Iran does not need to be taught how fearsome the US can be: even before the carnage of the current war, Tehran’s leaders twice had a ringside view of the destruction American military might wrought upon Iraq. But those leaders also have a lived experienced how unreliable Trump’s America has been as a negotiating counterparty — how little the word of a sitting president binds his own administration, let alone the one that follows.
The madman framing makes this worse rather than better. As Brown University’s Reid Pauly argues in The Art of Coercion, “actions that a coercer can take to bolster the credibility of a threat undermine the credibility of its assurance.” In other words, the quality that is supposed to make Trump’s threats credible makes his promises worthless. Pauly calls this the “assurance dilemma.”
(I highly recommend the book, and also this 2017 essay for The National Interest about Trump’s threats to pull out of the JCPOA that Pauly co-wrote with Sahar Nowrouzzadeh and Mahsa Rouhi.)
If Trump is the kind of leader who might “do anything” — as Richard Nixon wanted North Vietnam to believe of him in 1969 — then on what basis is Iran to believe that signing whatever agreement the American side brings to Islamabad will protect it from the next round of strikes? An unpredictable man’s word is a contradiction in terms. The very attribute Trump is trying to weaponize against his enemy undercuts the only tool that could plausibly bring this war to a close.
This is not the only dilemma attending the talks in Islamabad. An administration official told Axios last week that negotiators had reached what sounded like the outline of a deal — and then the Iranian team “went back and the IRGC and those kinds of people said ‘oh, no, no. You don’t speak for us.’” The official described this as a problem of Iranian factionalism, which it partly is. But the perception in Tehran’s factions is at least in part informed by Trump’s track record. Any Iranian leader who brings back a deal signed by the Trump administration is handing his domestic rivals a weapon: you traded our nuclear program and our leverage over the strait for the word of a man who has already broken his word once, on this same subject.
This would explain reports that Mohammed Bagher Ghalibaf has quit as head of the Iranian negotiating team: the speaker of the Islamic Republic’s parliament is an ambitious politician who understands the risks of having his name attached to any deal with Trump.
Robert Jervis, the late Columbia scholar whose work on misperception in international politics shaped a generation of diplomats, used to point out that the party under coercion will look at the coercer’s behavior for clues about what happens after the concession, not before it.

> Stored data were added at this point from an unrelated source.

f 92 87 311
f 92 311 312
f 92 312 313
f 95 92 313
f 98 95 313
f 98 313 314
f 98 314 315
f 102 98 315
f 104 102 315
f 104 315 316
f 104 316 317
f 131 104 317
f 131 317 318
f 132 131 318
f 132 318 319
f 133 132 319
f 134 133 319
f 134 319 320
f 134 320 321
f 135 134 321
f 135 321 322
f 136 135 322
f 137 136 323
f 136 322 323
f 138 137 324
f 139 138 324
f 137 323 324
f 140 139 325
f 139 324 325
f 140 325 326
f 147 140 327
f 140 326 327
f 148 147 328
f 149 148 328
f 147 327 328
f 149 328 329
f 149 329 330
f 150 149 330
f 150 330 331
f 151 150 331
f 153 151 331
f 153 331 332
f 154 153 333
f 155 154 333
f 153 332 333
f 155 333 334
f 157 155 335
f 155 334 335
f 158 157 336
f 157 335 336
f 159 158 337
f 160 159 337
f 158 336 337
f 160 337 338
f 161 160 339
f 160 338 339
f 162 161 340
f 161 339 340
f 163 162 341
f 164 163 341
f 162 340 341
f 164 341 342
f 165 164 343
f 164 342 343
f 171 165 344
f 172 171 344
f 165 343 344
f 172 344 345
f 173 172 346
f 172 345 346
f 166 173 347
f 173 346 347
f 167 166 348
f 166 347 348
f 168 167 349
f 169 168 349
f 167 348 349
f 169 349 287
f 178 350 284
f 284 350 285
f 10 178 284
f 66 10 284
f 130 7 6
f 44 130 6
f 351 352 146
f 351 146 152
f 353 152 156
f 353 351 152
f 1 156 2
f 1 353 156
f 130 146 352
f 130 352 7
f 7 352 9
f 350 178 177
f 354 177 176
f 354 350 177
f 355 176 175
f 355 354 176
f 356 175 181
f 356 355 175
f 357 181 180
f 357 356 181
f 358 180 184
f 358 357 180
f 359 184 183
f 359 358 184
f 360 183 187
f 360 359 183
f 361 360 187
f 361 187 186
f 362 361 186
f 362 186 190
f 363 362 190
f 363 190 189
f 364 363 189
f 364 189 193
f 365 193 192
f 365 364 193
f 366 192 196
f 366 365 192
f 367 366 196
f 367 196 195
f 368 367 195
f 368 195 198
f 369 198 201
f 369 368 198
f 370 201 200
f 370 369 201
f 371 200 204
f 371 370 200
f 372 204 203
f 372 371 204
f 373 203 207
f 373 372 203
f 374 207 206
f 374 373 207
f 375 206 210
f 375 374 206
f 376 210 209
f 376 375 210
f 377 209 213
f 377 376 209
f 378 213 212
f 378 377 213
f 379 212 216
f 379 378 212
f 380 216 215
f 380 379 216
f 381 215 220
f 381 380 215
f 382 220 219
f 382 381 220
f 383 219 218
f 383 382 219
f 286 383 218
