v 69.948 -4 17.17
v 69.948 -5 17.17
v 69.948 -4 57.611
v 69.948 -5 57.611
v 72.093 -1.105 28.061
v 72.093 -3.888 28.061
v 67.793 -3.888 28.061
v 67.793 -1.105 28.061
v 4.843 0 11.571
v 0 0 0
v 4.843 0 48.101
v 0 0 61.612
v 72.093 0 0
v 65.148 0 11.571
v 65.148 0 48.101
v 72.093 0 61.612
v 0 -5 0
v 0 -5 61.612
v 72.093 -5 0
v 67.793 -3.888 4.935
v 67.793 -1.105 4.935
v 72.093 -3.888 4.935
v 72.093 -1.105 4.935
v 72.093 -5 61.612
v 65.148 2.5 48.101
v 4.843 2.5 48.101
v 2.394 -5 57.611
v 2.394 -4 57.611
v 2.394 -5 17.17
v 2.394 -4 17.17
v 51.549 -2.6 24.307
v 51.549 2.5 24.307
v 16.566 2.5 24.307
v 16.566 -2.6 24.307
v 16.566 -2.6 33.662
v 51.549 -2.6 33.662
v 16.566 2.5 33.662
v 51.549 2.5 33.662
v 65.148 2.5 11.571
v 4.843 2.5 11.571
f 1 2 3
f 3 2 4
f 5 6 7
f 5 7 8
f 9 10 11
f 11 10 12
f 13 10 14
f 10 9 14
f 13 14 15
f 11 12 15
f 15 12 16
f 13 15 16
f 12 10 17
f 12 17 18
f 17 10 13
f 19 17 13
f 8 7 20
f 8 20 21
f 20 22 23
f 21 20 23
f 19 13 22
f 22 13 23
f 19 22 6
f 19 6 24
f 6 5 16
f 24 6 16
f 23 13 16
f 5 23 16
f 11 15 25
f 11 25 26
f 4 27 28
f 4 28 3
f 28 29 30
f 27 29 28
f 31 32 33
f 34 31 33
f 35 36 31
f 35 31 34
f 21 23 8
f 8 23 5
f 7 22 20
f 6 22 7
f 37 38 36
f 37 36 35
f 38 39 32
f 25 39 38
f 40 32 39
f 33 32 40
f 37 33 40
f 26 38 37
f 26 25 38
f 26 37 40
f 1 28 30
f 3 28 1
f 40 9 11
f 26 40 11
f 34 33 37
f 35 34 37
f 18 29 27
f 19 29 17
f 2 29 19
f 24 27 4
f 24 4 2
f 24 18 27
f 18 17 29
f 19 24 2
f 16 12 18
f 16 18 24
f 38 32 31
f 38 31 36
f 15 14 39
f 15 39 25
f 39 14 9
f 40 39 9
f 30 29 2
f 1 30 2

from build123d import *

# Parameters (mm, degrees)
F0_W      = 72.093084
F0_H      = 61.611962
F1_DEPTH  = 5
F3_W      = 67.553579
F3_H      = 40.44101
F4_DEPTH  = 1
F5_W      = 60.304923
F5_H      = 36.530194
F6_DEPTH  = 2.5
F7_W      = 34.983285
F7_H      = 9.354526
F8_DEPTH  = 5.1
F9_W      = 2.782536
F9_H      = 23.125896
F10_DEPTH = 4.3


with BuildPart() as f1:
    # F0 (on Front) → F1 (new body)
    with BuildSketch(Plane.XZ):
        with Locations((36.046542, 30.805981)):
            Rectangle(F0_W, F0_H)
    extrude(amount=F1_DEPTH)

    # F3 (on face) → F4 (cut)
    with BuildSketch(Plane.XZ.offset(5)):
        with Locations((36.171169, 37.390875)):
            Rectangle(F3_W, F3_H)
    extrude(amount=-F4_DEPTH, mode=Mode.SUBTRACT)

    # F5 (on face) → F6 (join)
    with BuildSketch(Plane(origin=(0, 0, 0), x_dir=(-1, 0, 0), z_dir=(0, 1, 0))):
        with Locations((-34.995176, 29.835877)):
            Rectangle(F5_W, F5_H)
    extrude(amount=F6_DEPTH)

    # F7 (on face) → F8 (cut)
    with BuildSketch(Plane(origin=(0, 2.5, 0), x_dir=(-1, 0, 0), z_dir=(0, 1, 0))):
        with Locations((-34.057569, 28.984568)):
            Rectangle(F7_W, F7_H)
    extrude(amount=-F8_DEPTH, mode=Mode.SUBTRACT)

    # F9 (on face) → F10 (cut)
    with BuildSketch(Plane.YZ.offset(72.093084)):
        with Locations((-2.496595, 16.498187)):
            Rectangle(F9_W, F9_H)
    extrude(amount=-F10_DEPTH, mode=Mode.SUBTRACT)


solid = f1.part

This is the clue Trump has given. His Iran record is dominated by a single, unambiguous fact: he tore up a working deal, and then, when offered a better one, bombed its authors. The madman theory is supposed to make adversaries doubt whether his threats will be carried out. The adversary in this case is doubting whether his assurances would be.

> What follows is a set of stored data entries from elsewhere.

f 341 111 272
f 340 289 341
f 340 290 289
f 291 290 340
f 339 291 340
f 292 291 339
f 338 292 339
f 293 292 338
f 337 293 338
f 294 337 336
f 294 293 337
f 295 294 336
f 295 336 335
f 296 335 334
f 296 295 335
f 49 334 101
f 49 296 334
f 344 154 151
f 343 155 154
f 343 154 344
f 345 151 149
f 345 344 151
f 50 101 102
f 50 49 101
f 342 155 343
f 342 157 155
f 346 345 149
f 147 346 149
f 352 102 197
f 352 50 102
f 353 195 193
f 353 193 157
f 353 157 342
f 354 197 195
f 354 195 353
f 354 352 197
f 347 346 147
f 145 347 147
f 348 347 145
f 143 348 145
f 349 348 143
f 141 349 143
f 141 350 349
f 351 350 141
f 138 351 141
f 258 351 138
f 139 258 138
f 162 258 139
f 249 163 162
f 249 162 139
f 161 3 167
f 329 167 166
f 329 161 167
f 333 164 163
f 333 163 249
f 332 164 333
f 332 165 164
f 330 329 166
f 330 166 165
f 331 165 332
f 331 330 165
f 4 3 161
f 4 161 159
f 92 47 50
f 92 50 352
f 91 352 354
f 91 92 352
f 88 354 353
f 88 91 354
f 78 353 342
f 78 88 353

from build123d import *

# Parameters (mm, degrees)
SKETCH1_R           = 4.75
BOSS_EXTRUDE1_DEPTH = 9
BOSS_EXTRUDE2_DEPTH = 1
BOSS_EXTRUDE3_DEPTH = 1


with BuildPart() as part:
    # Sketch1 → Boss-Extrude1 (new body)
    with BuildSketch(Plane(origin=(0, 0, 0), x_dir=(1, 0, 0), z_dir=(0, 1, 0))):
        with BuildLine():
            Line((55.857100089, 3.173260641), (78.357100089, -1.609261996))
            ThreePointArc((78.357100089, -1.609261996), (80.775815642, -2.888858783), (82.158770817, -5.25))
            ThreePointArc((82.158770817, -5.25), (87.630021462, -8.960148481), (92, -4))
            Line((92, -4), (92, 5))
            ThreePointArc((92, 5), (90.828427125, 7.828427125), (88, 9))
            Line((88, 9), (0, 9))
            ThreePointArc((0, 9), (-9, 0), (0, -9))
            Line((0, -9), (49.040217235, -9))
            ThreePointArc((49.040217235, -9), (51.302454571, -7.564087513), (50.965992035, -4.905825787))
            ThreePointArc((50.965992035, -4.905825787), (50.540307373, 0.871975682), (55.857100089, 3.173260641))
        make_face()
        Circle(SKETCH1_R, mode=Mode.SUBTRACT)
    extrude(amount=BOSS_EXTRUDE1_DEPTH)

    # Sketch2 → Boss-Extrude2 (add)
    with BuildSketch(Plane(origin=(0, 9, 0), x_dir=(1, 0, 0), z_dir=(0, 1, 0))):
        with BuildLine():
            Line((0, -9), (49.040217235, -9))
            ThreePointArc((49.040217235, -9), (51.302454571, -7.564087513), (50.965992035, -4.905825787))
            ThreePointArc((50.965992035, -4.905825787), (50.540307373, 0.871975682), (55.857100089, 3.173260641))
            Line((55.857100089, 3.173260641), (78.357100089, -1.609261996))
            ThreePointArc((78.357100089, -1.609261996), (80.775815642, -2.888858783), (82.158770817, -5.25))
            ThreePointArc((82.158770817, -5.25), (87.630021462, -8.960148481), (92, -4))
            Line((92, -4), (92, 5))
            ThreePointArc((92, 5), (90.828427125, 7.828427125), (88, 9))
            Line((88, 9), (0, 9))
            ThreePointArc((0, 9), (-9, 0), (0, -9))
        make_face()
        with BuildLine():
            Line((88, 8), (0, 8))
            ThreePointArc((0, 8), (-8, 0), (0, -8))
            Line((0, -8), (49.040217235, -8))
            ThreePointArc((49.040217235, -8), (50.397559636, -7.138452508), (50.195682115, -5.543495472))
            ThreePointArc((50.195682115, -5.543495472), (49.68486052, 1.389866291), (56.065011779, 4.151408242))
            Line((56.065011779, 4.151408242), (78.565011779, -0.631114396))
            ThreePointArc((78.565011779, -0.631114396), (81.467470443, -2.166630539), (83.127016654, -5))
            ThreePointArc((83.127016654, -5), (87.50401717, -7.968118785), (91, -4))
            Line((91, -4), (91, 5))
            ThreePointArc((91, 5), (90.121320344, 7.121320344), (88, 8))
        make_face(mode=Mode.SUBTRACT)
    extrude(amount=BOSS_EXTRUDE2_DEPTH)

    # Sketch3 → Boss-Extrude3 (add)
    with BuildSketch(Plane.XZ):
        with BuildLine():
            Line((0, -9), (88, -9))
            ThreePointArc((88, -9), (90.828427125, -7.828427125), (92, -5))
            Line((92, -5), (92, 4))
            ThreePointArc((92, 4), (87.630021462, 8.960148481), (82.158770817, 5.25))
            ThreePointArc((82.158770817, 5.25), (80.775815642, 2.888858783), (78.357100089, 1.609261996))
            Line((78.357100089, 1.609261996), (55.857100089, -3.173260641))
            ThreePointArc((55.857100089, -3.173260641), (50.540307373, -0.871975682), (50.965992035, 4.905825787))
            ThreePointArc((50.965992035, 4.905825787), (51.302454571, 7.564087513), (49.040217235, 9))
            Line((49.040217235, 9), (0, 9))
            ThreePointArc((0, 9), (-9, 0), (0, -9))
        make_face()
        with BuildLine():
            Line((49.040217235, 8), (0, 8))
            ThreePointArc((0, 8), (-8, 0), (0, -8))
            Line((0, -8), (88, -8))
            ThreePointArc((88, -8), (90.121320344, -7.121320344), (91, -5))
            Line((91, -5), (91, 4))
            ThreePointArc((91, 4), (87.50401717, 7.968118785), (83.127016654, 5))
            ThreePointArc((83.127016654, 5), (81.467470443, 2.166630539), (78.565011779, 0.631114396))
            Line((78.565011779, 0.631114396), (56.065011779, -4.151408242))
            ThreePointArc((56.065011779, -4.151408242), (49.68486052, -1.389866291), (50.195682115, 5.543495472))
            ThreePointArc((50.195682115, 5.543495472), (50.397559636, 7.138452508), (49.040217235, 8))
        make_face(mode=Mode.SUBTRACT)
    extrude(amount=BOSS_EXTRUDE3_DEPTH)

Trump, having switched from promising destruction to offering Iran economic inducements last week, has gone back to making dire threats. But the way out of his predicament is not louder threats. It is a structure of commitment — staff-level negotiators Tehran can deal with over months and years, a formalized channel through an intermediary both sides trust, guarantees from outside powers that would bear some of the reputational cost of American backsliding — that makes American promises mean something. The president-playing-madman is offering none of those things, which means the next round of negotiations is unlikely to improve on the first.